A Different Story Than AI Finding Bugs

Worth separating this from the AI vulnerability discovery story. An earlier article on this site covered how AI systems are finding vulnerabilities faster than ever, driving the record CVE volumes that FIRST.org now projects will hit 66,000 for 2026. That is AI as an accelerant for the security research process. The Georgia Tech research is about the other side: AI as an accelerant for vulnerability introduction.

Both can be true simultaneously. AI bug-hunting tools are reducing the window between vulnerability introduction and discovery. AI coding tools are widening the vulnerability introduction rate. The net security effect depends on which side moves faster.

The data so far suggests the introduction rate is outpacing the discovery rate in production codebases. The tracker’s 35-CVE March count is the count that made it into public databases with clear AI attribution. The actual introduction rate in private and proprietary software is invisible.

Practical Implications

Three controls address the specific failure modes Georgia Tech and CSA have documented.

Mandatory secret scanning in CI pipelines. The 2x secret exposure rate in AI-assisted commits is catchable before it reaches a repository. Tools like Gitleaks, TruffleHog, and GitHub’s native secret scanning flag credentials in pull requests before merge. If your CI pipeline does not run secret scanning today, the AI coding tool adoption in your organisation is generating undetected credentials in your codebase right now.

SAST on AI-generated pull requests. Static analysis catches the class of vulnerabilities that AI tools introduce most consistently: input validation gaps, injection flaws, and insecure API usage. Requiring SAST as part of the pull request pipeline for AI-assisted code adds a verification layer that partly compensates for the models’ lack of security intuition.

Dependency version verification. AI coding tools frequently recommend or import outdated library versions. The model’s training data is historical, and the library version that was current when the training data was assembled may have known CVEs by the time the model recommends it. A dependency checker in CI catches this class of issue.
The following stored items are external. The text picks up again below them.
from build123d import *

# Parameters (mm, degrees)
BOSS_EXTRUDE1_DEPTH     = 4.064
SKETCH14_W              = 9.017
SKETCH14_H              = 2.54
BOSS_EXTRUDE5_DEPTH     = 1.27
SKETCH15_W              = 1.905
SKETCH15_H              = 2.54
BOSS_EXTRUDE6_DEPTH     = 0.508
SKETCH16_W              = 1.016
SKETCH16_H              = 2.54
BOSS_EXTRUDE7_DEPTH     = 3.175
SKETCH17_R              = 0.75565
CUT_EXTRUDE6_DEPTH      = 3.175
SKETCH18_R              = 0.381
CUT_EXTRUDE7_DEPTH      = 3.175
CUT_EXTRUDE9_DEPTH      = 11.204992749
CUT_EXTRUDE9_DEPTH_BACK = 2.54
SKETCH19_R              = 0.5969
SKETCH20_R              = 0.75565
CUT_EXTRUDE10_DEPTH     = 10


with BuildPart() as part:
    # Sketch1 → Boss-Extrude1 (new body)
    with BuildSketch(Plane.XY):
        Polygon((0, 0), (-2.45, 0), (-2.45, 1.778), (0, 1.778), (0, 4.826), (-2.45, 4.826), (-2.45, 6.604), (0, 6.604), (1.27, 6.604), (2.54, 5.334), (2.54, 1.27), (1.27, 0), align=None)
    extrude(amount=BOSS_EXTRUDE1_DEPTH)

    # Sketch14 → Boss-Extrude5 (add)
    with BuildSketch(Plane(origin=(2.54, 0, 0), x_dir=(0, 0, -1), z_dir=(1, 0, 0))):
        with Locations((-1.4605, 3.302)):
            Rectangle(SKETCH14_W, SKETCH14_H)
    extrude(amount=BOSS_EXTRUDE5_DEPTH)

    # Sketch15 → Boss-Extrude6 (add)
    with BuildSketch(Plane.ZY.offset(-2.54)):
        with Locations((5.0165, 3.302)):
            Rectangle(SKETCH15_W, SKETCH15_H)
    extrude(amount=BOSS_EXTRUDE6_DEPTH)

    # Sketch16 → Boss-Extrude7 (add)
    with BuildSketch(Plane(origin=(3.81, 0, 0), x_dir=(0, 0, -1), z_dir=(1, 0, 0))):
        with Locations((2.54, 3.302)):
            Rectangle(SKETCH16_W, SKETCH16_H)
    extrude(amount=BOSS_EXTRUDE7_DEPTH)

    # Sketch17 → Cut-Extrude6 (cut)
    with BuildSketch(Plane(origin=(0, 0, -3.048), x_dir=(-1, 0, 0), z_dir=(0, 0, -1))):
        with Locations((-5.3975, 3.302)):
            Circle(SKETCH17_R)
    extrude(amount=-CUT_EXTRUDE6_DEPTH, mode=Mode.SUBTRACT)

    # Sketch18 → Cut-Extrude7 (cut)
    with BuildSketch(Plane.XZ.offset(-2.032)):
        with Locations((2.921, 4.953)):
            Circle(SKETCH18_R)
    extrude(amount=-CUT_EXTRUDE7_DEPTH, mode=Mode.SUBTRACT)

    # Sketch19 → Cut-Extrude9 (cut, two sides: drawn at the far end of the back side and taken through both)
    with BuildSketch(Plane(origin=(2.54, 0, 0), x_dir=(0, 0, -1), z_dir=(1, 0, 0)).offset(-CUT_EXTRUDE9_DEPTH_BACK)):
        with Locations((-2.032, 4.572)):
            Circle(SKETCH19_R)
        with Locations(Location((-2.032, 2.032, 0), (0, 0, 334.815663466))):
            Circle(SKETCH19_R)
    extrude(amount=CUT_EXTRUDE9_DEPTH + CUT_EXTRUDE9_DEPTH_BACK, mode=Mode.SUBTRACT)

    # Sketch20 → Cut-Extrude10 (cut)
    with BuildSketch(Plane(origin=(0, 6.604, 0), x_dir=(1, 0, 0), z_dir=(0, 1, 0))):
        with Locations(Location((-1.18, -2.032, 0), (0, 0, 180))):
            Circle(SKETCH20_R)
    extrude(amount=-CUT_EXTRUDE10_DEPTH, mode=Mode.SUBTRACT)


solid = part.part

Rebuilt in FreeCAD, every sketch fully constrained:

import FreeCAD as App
import Part
import Sketcher

V = App.Vector
Q = App.Units.Quantity


def add_polygon(sketch, points):
    """Adds a closed chain of lines whose ends are joined by coincident constraints."""
    first, n = sketch.GeometryCount, len(points)
    for a, b in zip(points, points[1:] + points[:1]):
        sketch.addGeometry(Part.LineSegment(App.Vector(*a, 0), App.Vector(*b, 0)), False)
    for i in range(n):
        sketch.addConstraint(Sketcher.Constraint("Coincident", first + i, 2, first + (i + 1) % n, 1))

doc = App.newDocument("Part")
body = doc.addObject("PartDesign::Body", "Body")

# Sketch on XY plane
sketch1 = body.newObject("Sketcher::SketchObject", "Sketch")
sketch1.AttachmentSupport = (doc.getObject("XY_Plane"), [""])
sketch1.MapMode = "FlatFace"
add_polygon(sketch1, [(-2.5, 0), (1.3, 0), (2.5, 1.3), (2.5, 5.3), (1.3, 6.6), (-2.5, 6.6), (-2.5, 4.8), (0, 4.8), (0, 1.8), (-2.5, 1.8)])  # lines 0-9
sketch1.addConstraint(Sketcher.Constraint("Horizontal", 0))
sketch1.addConstraint(Sketcher.Constraint("Vertical", 2))
sketch1.addConstraint(Sketcher.Constraint("Horizontal", 4))
sketch1.addConstraint(Sketcher.Constraint("Vertical", 5))
sketch1.addConstraint(Sketcher.Constraint("Horizontal", 6))
sketch1.addConstraint(Sketcher.Constraint("Vertical", 7))
sketch1.addConstraint(Sketcher.Constraint("Horizontal", 8))
sketch1.addConstraint(Sketcher.Constraint("Vertical", 9))
sketch1.addConstraint(Sketcher.Constraint("PointOnObject", 0, 2, -1))
sketch1.addConstraint(Sketcher.Constraint("PointOnObject", 6, 2, -2))
sketch1.addConstraint(Sketcher.Constraint("Perpendicular", 1, 3))
sketch1.addConstraint(Sketcher.Constraint("Vertical", 0, 2, 3, 2))
sketch1.addConstraint(Sketcher.Constraint("Vertical", 5, 2, 8, 2))
sketch1.addConstraint(Sketcher.Constraint("Equal", 5, 9))
sketch1.addConstraint(Sketcher.Constraint("Equal", 1, 3))
sketch1.addConstraint(Sketcher.Constraint("DistanceY", 2, 1, 2, 2, Q("0.16 in")))
sketch1.addConstraint(Sketcher.Constraint("DistanceY", 5, 2, 5, 1, Q("0.07 in")))
sketch1.addConstraint(Sketcher.Constraint("DistanceY", 7, 2, 7, 1, Q("0.12 in")))
sketch1.addConstraint(Sketcher.Constraint("DistanceX", -1, 1, 1, 2, Q("0.1 in")))
sketch1.addConstraint(Sketcher.Constraint("DistanceX", 0, 1, 0, 2, Q("3.72 mm")))
pad1 = body.newObject("PartDesign::Pad", "Pad")
pad1.Profile = sketch1
pad1.Length = Q("0.16 in")

# Sketch on YZ plane
sketch2 = body.newObject("Sketcher::SketchObject", "Sketch001")
sketch2.AttachmentSupport = (doc.getObject("YZ_Plane"), [""])
sketch2.MapMode = "FlatFace"
sketch2.AttachmentOffset = App.Placement(V(0, 0, 0.1 * 25.4), App.Rotation())
add_polygon(sketch2, [(4.6, 6), (2, 6), (2, -3), (4.6, -3)])  # lines 0-3
sketch2.addConstraint(Sketcher.Constraint("Horizontal", 0))
sketch2.addConstraint(Sketcher.Constraint("Vertical", 1))
sketch2.addConstraint(Sketcher.Constraint("Horizontal", 2))
sketch2.addConstraint(Sketcher.Constraint("Vertical", 3))
sketch2.addConstraint(Sketcher.Constraint("DistanceX", 0, 2, 0, 1, Q("0.1 in")))
sketch2.addConstraint(Sketcher.Constraint("DistanceY", 1, 2, 1, 1, Q("0.355 in")))
sketch2.addConstraint(Sketcher.Constraint("DistanceX", -1, 1, 0, 2, Q("0.08 in")))
sketch2.addConstraint(Sketcher.Constraint("DistanceY", 1, 2, -1, 1, Q("0.12 in")))
pad2 = body.newObject("PartDesign::Pad", "Pad001")
pad2.Profile = sketch2
pad2.Length = Q("0.05 in")

# Sketch on YZ plane
sketch3 = body.newObject("Sketcher::SketchObject", "Sketch002")
sketch3.AttachmentSupport = (doc.getObject("YZ_Plane"), [""])
sketch3.MapMode = "FlatFace"
sketch3.AttachmentOffset = App.Placement(V(0, 0, 0.1 * 25.4), App.Rotation())
add_polygon(sketch3, [(4.6, 4.1), (2, 4.1), (2, 6), (4.6, 6)])  # lines 0-3
sketch3.addConstraint(Sketcher.Constraint("Horizontal", 0))
sketch3.addConstraint(Sketcher.Constraint("Vertical", 1))
sketch3.addConstraint(Sketcher.Constraint("Horizontal", 2))
sketch3.addConstraint(Sketcher.Constraint("Vertical", 3))
sketch3.addConstraint(Sketcher.Constraint("DistanceX", 0, 2, 0, 1, Q("0.1 in")))
sketch3.addConstraint(Sketcher.Constraint("DistanceY", 1, 1, 1, 2, Q("0.075 in")))
sketch3.addConstraint(Sketcher.Constraint("DistanceX", -1, 1, 0, 2, Q("0.08 in")))
sketch3.addConstraint(Sketcher.Constraint("DistanceY", -1, 1, 0, 2, Q("0.16 in")))
pad3 = body.newObject("PartDesign::Pad", "Pad002")
pad3.Profile = sketch3
pad3.Length = Q("0.02 in")
pad3.Reversed = True

# Sketch on YZ plane
sketch4 = body.newObject("Sketcher::SketchObject", "Sketch003")
sketch4.AttachmentSupport = (doc.getObject("YZ_Plane"), [""])
sketch4.MapMode = "FlatFace"
sketch4.AttachmentOffset = App.Placement(V(0, 0, 0.15 * 25.4), App.Rotation())
add_polygon(sketch4, [(4.6, -2), (2, -2), (2, -3), (4.6, -3)])  # lines 0-3
sketch4.addConstraint(Sketcher.Constraint("Horizontal", 0))
sketch4.addConstraint(Sketcher.Constraint("Vertical", 1))
sketch4.addConstraint(Sketcher.Constraint("Horizontal", 2))
sketch4.addConstraint(Sketcher.Constraint("Vertical", 3))
sketch4.addConstraint(Sketcher.Constraint("DistanceX", 0, 2, 0, 1, Q("0.1 in")))
sketch4.addConstraint(Sketcher.Constraint("DistanceY", 1, 2, 1, 1, Q("0.04 in")))
sketch4.addConstraint(Sketcher.Constraint("DistanceX", -1, 1, 0, 2, Q("0.08 in")))
sketch4.addConstraint(Sketcher.Constraint("DistanceY", 0, 2, -1, 1, Q("0.08 in")))
pad4 = body.newObject("PartDesign::Pad", "Pad003")
pad4.Profile = sketch4
pad4.Length = Q("0.125 in")

# Sketch on XY plane
sketch5 = body.newObject("Sketcher::SketchObject", "Sketch004")
sketch5.AttachmentSupport = (doc.getObject("XY_Plane"), [""])
sketch5.MapMode = "FlatFace"
sketch5.AttachmentOffset = App.Placement(V(0, 0, -0.12 * 25.4), App.Rotation())
sketch5.addGeometry(Part.Circle(V(5.4, 3.3, 0), V(0, 0, 1), 0.8), False)
sketch5.addConstraint(Sketcher.Constraint("Diameter", 0, Q("0.0595 in")))
sketch5.addConstraint(Sketcher.Constraint("DistanceY", -1, 1, 0, 3, Q("0.13 in")))
sketch5.addConstraint(Sketcher.Constraint("DistanceX", -1, 1, 0, 3, Q("0.2125 in")))
pocket1 = body.newObject("PartDesign::Pocket", "Pocket")
pocket1.Profile = sketch5
pocket1.Length = Q("0.125 in")
pocket1.Reversed = True

# Sketch on XZ plane
sketch6 = body.newObject("Sketcher::SketchObject", "Sketch005")
sketch6.AttachmentSupport = (doc.getObject("XZ_Plane"), [""])
sketch6.MapMode = "FlatFace"
sketch6.AttachmentOffset = App.Placement(V(0, 0, -0.08 * 25.4), App.Rotation())
sketch6.addGeometry(Part.Circle(V(2.92, 4.95, 0), V(0, 0, 1), 0.38), False)
sketch6.addConstraint(Sketcher.Constraint("Diameter", 0, Q("0.03 in")))
sketch6.addConstraint(Sketcher.Constraint("DistanceX", -1, 1, 0, 3, Q("0.115 in")))
sketch6.addConstraint(Sketcher.Constraint("DistanceY", -1, 1, 0, 3, Q("0.195 in")))
pocket2 = body.newObject("PartDesign::Pocket", "Pocket001")
pocket2.Profile = sketch6
pocket2.Length = Q("0.125 in")

# Sketch on YZ plane
sketch7 = body.newObject("Sketcher::SketchObject", "Sketch006")
sketch7.AttachmentSupport = (doc.getObject("YZ_Plane"), [""])
sketch7.MapMode = "FlatFace"
sketch7.AttachmentOffset = App.Placement(V(0, 0, 0.1 * 25.4), App.Rotation())
sketch7.addGeometry(Part.Circle(V(4.6, 2, 0), V(0, 0, 1), 0.6), False)
sketch7.addGeometry(Part.Circle(V(2, 2, 0), V(0, 0, 1), 0.6), False)
sketch7.addConstraint(Sketcher.Constraint("Equal", 0, 1))
sketch7.addConstraint(Sketcher.Constraint("Horizontal", 0, 3, 1, 3))
sketch7.addConstraint(Sketcher.Constraint("Diameter", 0, Q("0.047 in")))
sketch7.addConstraint(Sketcher.Constraint("DistanceX", 1, 3, 0, 3, Q("0.1 in")))
sketch7.addConstraint(Sketcher.Constraint("DistanceX", -1, 1, 0, 3, Q("0.18 in")))
sketch7.addConstraint(Sketcher.Constraint("DistanceY", -1, 1, 0, 3, Q("0.08 in")))
pocket3 = body.newObject("PartDesign::Pocket", "Pocket002")
pocket3.Profile = sketch7
pocket3.Type = "TwoLengths"
pocket3.Length = 11.204993
pocket3.Length2 = Q("0.1 in")
pocket3.Reversed = True

# Sketch on XZ plane
sketch8 = body.newObject("Sketcher::SketchObject", "Sketch007")
sketch8.AttachmentSupport = (doc.getObject("XZ_Plane"), [""])
sketch8.MapMode = "FlatFace"
sketch8.AttachmentOffset = App.Placement(V(0, 0, -0.26 * 25.4), App.Rotation())
sketch8.addGeometry(Part.Circle(V(-1.2, 2, 0), V(0, 0, 1), 0.8), False)
sketch8.addConstraint(Sketcher.Constraint("Diameter", 0, Q("0.0595 in")))
sketch8.addConstraint(Sketcher.Constraint("DistanceY", -1, 1, 0, 3, Q("0.08 in")))
sketch8.addConstraint(Sketcher.Constraint("DistanceX", 0, 3, -1, 1, Q("1.18 mm")))
pocket4 = body.newObject("PartDesign::Pocket", "Pocket003")
pocket4.Profile = sketch8
pocket4.Length = 10
pocket4.Reversed = True

doc.recompute()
None of these controls are new. The argument for adding them is: AI coding tools changed the risk profile of your development process. The controls your SDLC had before those tools were adopted may not cover the new failure modes.

References

Frequently Asked Questions

What is the Vibe Security Radar project and what has it found?
Georgia Tech's Systems Software and Security Lab launched the Vibe Security Radar in May 2025 to track CVEs traceable to AI-generated code. Using AI agents to audit CVE fixing commits across CVE.org, NVD, and GitHub Advisory Database, the project found 35 CVEs in March 2026 alone attributable to AI coding tools, more than all of 2025 combined. Researchers estimate the true number across the open-source ecosystem is five to ten times higher.
Are AI coding tools introducing more vulnerabilities than human developers?
The data suggests they introduce different risks at higher rates for specific categories. Veracode tested over 100 LLMs on security-sensitive tasks and found 45% of AI-generated code samples contained OWASP Top 10 vulnerabilities. AI-assisted commits also expose secrets at more than twice the rate of human-only commits, 3.2% versus 1.5%. The pattern is consistent: AI tools accelerate development but do not apply the security awareness that experienced developers bring to sensitive code paths.
What should security teams do about AI-generated code in their environments?
The Cloud Security Alliance recommends organizations establish explicit SDLC policies covering AI coding tool use before adoption, not after. Specific controls include mandatory secret scanning in CI pipelines (catching the 2x secret exposure rate), SAST on AI-generated pull requests before merge, and code review requirements that do not allow AI-generated code to bypass human review. Dependency analysis is also worth expanding since AI models frequently suggest outdated or vulnerable library versions.